In this article, we discuss the strength of Okun’s Law for Europe as well as the stability of its coefficient across time and frequencies. We use a wavelet approach distinguishing Okun’s relationship with various economic cycles of different amplitudes. The literature recommends the estimation of the gain in wavelets (the absolute value of the parameter), but our results propose the direct estimation of the time-frequency varying Okun’s coefficient.

We find that the value of Okun’s coefficient and the coherence are then unstable in the short run as unemployment variations more frequently lead growth for infra-annual or annual cycles. However, we assume that the short-run coefficient is relatively stable and negative across time and frequencies in crisis times only (for example, the 2008 crash and debt crisis). In this context, growth is predominant over unemployment, satisfying the Okun’s Law specification. However, when unemployment leads the relation, the coefficient tends to be equal to zero or positive while the coherence declines. This fact is observed for relatively quiet periods or post-crisis periods. We note that the coefficient gradually stabilizes in value as the frequencies increase (i.e., for long-run cycles). For cycles of more than 3 years, the coefficient is stable and insensitive to economic conditions. Okun’s Law is then more relevant for long-run cycle than for short-run cycles in Europe.
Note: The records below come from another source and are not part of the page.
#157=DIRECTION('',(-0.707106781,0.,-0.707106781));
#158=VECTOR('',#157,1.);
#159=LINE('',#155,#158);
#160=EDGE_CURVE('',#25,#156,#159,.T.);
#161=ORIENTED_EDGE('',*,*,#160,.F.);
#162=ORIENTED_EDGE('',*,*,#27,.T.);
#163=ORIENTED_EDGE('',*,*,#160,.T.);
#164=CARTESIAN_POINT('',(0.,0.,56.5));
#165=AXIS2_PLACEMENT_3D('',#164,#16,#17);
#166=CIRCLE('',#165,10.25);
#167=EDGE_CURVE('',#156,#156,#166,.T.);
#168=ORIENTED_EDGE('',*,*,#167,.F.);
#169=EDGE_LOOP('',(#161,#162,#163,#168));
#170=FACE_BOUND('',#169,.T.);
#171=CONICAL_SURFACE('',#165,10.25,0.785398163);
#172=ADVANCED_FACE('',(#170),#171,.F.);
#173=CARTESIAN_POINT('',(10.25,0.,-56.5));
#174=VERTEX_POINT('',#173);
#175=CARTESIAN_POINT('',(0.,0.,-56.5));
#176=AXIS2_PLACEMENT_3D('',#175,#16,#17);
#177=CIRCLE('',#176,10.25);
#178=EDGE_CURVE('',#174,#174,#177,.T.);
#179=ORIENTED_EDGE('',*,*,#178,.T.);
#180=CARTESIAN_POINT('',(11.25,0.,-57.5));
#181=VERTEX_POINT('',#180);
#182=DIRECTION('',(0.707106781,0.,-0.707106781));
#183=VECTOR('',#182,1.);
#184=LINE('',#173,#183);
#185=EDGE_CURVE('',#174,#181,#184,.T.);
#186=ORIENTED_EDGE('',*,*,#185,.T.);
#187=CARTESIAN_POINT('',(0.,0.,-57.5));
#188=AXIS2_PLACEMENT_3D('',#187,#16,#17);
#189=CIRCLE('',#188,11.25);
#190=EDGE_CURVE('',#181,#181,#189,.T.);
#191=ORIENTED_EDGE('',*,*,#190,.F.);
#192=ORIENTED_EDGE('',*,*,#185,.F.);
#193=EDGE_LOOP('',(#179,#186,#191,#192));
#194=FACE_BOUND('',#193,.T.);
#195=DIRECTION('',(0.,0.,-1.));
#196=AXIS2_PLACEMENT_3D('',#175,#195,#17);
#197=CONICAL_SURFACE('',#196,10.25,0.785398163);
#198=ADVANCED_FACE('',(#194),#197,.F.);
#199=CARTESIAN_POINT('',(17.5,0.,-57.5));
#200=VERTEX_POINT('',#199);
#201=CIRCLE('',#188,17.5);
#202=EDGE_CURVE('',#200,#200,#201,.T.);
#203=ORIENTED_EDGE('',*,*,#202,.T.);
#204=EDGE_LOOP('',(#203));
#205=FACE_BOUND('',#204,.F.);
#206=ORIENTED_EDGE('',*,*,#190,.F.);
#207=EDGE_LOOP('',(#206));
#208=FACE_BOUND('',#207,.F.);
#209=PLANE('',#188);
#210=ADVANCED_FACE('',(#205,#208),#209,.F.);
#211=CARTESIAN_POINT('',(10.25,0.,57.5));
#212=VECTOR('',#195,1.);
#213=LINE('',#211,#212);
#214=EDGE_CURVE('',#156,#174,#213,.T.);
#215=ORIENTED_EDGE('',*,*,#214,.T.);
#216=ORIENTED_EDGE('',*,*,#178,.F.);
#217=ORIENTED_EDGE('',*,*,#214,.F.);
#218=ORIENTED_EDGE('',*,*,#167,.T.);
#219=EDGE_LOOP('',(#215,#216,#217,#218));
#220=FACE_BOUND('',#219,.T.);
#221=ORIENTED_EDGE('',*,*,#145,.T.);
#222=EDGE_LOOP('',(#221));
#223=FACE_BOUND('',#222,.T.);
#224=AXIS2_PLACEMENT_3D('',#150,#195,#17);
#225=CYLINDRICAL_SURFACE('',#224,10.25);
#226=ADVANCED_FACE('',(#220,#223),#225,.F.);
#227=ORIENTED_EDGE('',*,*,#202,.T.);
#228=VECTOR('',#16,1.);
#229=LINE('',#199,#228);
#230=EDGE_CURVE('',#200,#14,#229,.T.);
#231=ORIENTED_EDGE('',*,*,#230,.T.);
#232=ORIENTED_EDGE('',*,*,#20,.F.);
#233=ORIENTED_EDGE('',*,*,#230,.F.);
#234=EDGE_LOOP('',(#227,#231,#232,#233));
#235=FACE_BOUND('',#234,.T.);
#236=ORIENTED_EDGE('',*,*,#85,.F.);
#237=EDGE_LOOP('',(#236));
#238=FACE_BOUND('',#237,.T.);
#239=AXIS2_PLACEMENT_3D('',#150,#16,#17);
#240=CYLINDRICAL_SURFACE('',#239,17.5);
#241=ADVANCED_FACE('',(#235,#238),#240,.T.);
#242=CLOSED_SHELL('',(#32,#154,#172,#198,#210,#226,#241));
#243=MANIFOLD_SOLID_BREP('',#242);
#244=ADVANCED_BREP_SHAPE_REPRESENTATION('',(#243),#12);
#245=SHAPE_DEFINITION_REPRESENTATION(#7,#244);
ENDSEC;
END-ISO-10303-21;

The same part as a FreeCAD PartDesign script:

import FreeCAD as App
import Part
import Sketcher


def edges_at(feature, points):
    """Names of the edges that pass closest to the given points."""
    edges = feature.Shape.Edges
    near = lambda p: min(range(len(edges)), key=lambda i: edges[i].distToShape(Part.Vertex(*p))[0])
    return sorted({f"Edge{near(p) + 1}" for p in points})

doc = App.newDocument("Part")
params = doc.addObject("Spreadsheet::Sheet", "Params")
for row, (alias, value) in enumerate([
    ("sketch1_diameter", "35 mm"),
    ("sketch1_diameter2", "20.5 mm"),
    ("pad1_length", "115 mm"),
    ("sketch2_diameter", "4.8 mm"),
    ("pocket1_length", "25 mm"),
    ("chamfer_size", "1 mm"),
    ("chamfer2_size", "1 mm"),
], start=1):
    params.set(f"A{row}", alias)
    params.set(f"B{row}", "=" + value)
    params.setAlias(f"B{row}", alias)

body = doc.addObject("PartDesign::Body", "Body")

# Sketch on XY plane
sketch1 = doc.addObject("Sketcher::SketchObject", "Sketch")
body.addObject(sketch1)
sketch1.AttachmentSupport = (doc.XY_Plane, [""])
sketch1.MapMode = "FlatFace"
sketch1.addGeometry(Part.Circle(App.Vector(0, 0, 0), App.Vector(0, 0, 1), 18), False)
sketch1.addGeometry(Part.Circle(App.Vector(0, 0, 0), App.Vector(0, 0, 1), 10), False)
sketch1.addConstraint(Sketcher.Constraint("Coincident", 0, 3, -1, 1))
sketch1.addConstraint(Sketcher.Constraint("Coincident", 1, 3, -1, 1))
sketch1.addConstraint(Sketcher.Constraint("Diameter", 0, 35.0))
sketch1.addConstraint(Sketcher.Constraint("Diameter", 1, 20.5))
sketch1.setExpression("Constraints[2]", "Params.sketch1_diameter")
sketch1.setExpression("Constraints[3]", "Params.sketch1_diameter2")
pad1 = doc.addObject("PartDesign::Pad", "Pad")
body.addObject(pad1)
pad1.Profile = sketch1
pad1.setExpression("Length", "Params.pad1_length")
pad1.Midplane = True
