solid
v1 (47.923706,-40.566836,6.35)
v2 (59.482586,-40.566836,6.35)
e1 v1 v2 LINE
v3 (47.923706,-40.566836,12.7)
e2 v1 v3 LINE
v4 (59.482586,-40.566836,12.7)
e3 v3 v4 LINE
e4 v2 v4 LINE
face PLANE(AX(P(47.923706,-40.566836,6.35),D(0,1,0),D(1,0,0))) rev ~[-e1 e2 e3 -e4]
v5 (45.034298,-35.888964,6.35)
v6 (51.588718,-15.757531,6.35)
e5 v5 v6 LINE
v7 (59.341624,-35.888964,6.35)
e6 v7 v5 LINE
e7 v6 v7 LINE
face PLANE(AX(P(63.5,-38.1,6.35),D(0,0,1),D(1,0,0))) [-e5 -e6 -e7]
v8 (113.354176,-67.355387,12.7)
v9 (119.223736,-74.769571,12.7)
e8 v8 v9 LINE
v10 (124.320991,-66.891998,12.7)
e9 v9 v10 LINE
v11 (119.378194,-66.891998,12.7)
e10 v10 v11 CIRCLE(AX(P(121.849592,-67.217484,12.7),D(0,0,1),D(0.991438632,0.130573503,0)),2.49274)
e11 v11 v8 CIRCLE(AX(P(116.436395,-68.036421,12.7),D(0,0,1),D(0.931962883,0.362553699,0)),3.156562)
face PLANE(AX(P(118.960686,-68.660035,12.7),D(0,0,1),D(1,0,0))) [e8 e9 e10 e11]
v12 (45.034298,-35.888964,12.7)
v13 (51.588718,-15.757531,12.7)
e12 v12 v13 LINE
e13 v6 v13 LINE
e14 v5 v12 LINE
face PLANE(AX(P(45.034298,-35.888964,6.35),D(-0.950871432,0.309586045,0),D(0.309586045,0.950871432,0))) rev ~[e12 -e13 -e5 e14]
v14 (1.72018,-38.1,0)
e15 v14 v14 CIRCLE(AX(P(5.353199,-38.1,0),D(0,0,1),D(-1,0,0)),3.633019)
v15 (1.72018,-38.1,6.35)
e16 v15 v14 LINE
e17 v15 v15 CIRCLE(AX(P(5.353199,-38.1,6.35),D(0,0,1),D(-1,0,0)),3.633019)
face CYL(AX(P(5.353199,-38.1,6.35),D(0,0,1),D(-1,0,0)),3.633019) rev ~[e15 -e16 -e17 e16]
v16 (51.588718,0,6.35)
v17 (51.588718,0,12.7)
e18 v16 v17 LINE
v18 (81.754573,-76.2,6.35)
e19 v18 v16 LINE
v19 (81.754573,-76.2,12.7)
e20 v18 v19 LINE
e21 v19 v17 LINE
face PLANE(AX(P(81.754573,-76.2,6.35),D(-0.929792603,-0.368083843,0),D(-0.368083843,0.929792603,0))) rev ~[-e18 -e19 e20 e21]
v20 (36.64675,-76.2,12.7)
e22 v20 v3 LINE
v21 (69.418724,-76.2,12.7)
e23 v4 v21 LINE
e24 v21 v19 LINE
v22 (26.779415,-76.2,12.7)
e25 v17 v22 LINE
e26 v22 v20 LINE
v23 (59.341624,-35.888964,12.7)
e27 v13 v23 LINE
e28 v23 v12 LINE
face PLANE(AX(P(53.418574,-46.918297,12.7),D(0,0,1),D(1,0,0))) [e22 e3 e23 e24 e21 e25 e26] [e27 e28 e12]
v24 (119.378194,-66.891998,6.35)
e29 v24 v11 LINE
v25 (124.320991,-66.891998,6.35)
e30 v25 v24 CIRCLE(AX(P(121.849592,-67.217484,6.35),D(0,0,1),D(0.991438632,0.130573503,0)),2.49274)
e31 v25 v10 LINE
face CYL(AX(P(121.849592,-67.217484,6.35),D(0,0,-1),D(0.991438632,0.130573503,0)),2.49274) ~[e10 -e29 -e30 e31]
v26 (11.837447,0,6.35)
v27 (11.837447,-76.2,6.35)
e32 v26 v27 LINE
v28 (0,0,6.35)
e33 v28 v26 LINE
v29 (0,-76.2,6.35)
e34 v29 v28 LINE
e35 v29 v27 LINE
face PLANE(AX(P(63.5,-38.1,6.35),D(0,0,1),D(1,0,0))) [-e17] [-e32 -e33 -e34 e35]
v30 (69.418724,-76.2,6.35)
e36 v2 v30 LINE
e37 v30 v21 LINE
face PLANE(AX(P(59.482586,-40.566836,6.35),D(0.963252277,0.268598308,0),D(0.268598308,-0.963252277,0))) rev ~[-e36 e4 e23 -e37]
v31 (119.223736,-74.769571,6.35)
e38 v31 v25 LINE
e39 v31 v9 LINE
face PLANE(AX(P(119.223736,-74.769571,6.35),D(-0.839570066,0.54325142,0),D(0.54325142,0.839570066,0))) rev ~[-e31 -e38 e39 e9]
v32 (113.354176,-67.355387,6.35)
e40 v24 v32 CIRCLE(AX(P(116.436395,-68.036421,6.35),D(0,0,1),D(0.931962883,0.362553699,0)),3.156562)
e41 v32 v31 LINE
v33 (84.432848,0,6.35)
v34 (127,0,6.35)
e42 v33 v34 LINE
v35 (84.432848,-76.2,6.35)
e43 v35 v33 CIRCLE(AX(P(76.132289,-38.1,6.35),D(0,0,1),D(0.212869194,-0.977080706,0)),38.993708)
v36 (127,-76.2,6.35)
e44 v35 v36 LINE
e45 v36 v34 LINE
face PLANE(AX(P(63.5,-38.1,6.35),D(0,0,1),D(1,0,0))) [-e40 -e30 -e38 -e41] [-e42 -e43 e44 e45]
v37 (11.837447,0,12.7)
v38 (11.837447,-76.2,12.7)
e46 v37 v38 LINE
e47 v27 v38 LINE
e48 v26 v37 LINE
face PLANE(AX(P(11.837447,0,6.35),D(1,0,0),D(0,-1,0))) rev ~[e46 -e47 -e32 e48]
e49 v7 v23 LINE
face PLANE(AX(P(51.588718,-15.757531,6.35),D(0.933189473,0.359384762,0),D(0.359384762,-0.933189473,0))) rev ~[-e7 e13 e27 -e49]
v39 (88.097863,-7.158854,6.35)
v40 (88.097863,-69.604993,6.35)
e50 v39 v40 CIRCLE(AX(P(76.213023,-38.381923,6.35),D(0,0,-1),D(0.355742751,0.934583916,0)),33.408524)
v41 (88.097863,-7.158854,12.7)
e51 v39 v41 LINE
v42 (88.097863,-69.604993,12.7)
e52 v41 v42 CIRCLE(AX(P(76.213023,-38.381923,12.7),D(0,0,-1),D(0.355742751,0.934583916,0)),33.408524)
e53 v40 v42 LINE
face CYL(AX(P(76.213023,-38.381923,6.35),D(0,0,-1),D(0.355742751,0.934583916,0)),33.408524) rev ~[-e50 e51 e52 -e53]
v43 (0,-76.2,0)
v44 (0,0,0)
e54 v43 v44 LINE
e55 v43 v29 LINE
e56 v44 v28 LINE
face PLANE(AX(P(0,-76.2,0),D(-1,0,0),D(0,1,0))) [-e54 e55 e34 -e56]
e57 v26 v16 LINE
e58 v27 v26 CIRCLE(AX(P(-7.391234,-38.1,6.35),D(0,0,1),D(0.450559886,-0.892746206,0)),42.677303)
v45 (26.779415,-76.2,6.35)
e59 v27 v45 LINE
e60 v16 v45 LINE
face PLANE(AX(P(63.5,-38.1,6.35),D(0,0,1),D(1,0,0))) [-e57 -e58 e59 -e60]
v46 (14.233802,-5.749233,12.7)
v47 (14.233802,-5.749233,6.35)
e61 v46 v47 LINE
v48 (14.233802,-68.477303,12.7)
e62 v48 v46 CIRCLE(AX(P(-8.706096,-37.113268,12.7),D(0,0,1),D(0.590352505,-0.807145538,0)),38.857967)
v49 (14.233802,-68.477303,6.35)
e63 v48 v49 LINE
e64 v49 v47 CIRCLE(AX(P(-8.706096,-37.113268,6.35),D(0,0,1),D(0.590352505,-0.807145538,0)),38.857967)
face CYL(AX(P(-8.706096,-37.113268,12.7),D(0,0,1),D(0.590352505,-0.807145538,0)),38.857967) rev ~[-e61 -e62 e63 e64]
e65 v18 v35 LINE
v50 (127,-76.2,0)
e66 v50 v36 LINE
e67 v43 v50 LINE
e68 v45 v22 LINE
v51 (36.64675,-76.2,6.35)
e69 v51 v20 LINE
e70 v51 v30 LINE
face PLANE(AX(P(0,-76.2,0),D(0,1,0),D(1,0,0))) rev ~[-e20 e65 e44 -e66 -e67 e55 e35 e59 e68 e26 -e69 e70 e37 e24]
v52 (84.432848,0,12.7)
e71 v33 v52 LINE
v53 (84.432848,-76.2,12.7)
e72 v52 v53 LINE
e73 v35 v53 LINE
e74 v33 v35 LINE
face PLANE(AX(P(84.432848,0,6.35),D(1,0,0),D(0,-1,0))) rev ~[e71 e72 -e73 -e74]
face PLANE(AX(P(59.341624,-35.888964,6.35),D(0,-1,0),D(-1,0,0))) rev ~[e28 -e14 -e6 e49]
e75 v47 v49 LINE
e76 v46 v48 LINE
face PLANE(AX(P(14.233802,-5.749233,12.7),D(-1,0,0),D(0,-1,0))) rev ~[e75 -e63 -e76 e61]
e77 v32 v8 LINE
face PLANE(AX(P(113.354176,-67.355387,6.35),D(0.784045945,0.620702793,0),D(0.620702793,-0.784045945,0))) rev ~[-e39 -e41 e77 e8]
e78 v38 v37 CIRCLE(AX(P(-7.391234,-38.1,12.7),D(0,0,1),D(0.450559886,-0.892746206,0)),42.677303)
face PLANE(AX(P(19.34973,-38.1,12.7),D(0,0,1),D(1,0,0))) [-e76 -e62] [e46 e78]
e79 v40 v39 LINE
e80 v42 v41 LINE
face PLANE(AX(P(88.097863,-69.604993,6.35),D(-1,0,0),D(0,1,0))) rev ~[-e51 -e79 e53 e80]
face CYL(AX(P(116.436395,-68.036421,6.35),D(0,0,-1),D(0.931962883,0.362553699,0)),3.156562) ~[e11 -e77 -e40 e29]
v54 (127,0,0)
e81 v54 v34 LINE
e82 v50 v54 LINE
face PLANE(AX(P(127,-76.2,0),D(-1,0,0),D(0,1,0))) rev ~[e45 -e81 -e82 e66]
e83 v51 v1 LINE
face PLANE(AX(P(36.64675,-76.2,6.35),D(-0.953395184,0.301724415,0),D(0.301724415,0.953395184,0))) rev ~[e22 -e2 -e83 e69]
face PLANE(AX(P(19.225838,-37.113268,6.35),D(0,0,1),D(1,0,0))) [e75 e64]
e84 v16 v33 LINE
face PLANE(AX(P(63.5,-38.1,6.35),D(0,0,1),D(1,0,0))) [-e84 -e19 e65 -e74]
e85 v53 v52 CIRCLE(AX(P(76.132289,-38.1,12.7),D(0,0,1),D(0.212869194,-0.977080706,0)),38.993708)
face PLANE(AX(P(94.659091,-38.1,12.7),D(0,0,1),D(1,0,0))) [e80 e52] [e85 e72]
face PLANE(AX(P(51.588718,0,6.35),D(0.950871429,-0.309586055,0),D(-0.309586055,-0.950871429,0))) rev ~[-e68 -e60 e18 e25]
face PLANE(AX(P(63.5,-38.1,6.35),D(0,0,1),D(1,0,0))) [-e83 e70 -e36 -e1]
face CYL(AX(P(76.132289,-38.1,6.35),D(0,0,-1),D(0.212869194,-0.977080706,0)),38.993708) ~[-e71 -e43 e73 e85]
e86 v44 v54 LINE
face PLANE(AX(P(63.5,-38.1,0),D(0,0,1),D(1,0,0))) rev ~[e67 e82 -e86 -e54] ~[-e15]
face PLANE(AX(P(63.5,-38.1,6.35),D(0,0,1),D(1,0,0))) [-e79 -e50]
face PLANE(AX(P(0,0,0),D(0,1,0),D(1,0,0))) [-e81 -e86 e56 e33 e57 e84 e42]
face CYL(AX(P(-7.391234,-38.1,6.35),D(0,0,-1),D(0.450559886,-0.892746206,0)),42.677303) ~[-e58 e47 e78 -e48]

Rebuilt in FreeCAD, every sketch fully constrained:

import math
import FreeCAD as App
import Part
import Sketcher
from FreeCAD import Vector
Q = App.Units.Quantity

doc = App.newDocument("Part")
body = doc.addObject("PartDesign::Body", "Body")

# Sketch on XY plane
sketch1 = body.newObject("Sketcher::SketchObject", "Sketch")
sketch1.AttachmentSupport = (doc.getObject("XY_Plane"), [""])
sketch1.MapMode = "FlatFace"
sketch1.addGeometry([
    Part.LineSegment(Vector(0, 0, 0), Vector(0, -76, 0)),
    Part.LineSegment(Vector(0, -76, 0), Vector(127, -76, 0)),
    Part.LineSegment(Vector(127, -76, 0), Vector(127, 0, 0)),
    Part.LineSegment(Vector(127, 0, 0), Vector(0, 0, 0)),
], False)
sketch1.addConstraint([
    Sketcher.Constraint("Coincident", 0, 2, 1, 1),
    Sketcher.Constraint("Coincident", 1, 2, 2, 1),
    Sketcher.Constraint("Coincident", 2, 2, 3, 1),
    Sketcher.Constraint("Coincident", 3, 2, 0, 1),
    Sketcher.Constraint("Vertical", 0),
    Sketcher.Constraint("Horizontal", 1),
    Sketcher.Constraint("Vertical", 2),
    Sketcher.Constraint("Horizontal", 3),
    Sketcher.Constraint("Coincident", 3, 2, -1, 1),
    Sketcher.Constraint("DistanceX", 1, 1, 1, 2, Q("5 in")),
    Sketcher.Constraint("DistanceY", 0, 2, 0, 1, Q("3 in")),
])
pad1 = body.newObject("PartDesign::Pad", "Pad")
pad1.Profile = sketch1
pad1.Length = Q("0.25 in")

# Sketch on XY plane
sketch2 = body.newObject("Sketcher::SketchObject", "Sketch001")
sketch2.AttachmentSupport = (doc.getObject("XY_Plane"), [""])
sketch2.MapMode = "FlatFace"
sketch2.AttachmentOffset = App.Placement(Vector(0, 0, 0.25 * 25.4), App.Rotation())
sketch2.addGeometry(Part.Circle(Vector(5.4, -38.1, 0), Vector(0, 0, 1), 3.6), False)
sketch2.addConstraint([
    Sketcher.Constraint("DistanceY", 0, 3, -1, 1, Q("1.5 in")),
    Sketcher.Constraint("Diameter", 0, 7.266038),
    Sketcher.Constraint("DistanceX", -1, 1, 0, 3, 5.353199),
])
pocket1 = body.newObject("PartDesign::Pocket", "Pocket")
pocket1.Profile = sketch2
pocket1.Type = "ThroughAll"

# Sketch on XY plane
sketch3 = body.newObject("Sketcher::SketchObject", "Sketch002")
sketch3.AttachmentSupport = (doc.getObject("XY_Plane"), [""])
sketch3.MapMode = "FlatFace"
sketch3.AttachmentOffset = App.Placement(Vector(0, 0, 0.25 * 25.4), App.Rotation())
sketch3.addGeometry([
    Part.ArcOfCircle(Part.Circle(Vector(-7, -38, 0), Vector(0, 0, 1), 43), math.radians(-63), math.radians(63)),
    Part.LineSegment(Vector(12, 0, 0), Vector(12, -76, 0)),
], False)
sketch3.addConstraint([
    Sketcher.Constraint("Coincident", 0, 1, 1, 2),
    Sketcher.Constraint("Coincident", 1, 1, 0, 2),
    Sketcher.Constraint("Vertical", 1),
    Sketcher.Constraint("PointOnObject", 1, 1, -1),
    Sketcher.Constraint("DistanceY", 1, 2, 1, 1, Q("3 in")),
    Sketcher.Constraint("Radius", 0, 42.677303),
    Sketcher.Constraint("DistanceX", 0, 3, -1, 1, 7.391234),
])
pad2 = body.newObject("PartDesign::Pad", "Pad001")
pad2.Profile = sketch3
pad2.Length = Q("0.25 in")

# Sketch on XY plane
sketch4 = body.newObject("Sketcher::SketchObject", "Sketch003")
sketch4.AttachmentSupport = (doc.getObject("XY_Plane"), [""])
sketch4.MapMode = "FlatFace"
sketch4.AttachmentOffset = App.Placement(Vector(0, 0, 0.5 * 25.4), App.Rotation())
sketch4.addGeometry([
    Part.ArcOfCircle(Part.Circle(Vector(-9, -37, 0), Vector(0, 0, 1), 39), math.radians(-54), math.radians(54)),
    Part.LineSegment(Vector(14, -6, 0), Vector(14, -68, 0)),
], False)
sketch4.addConstraint([
    Sketcher.Constraint("Coincident", 0, 1, 1, 2),
    Sketcher.Constraint("Coincident", 1, 1, 0, 2),
    Sketcher.Constraint("Vertical", 1),
    Sketcher.Constraint("Radius", 0, 38.857967),
    Sketcher.Constraint("DistanceY", 1, 2, 1, 1, 62.72807),
    Sketcher.Constraint("DistanceX", -1, 1, 0, 1, 14.233802),
    Sketcher.Constraint("DistanceY", 0, 3, -1, 1, 37.113268),
])
pocket2 = body.newObject("PartDesign::Pocket", "Pocket001")
pocket2.Profile = sketch4
pocket2.Length = Q("0.25 in")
Compared with the US, the European Okun’s Law is frequency asymmetric as the coefficient is dependent on crises in the short term but not in the long run. This result is consistent with a previous one indicating that the short-run Okun’s Law is less robust across time than the long-run one. In addition, the standard value of −0.5 is discussed for Europe as the long-run coefficient is close to −0.3, the initial value provided by Okun. This result suggests that the structural unemployment in Europe is stronger and then less affected by economic growth than in the US. This conclusion is also consistent with phase analysis showing a more frequent leadership of unemployment in Europe than commonly observed in the literature for the US.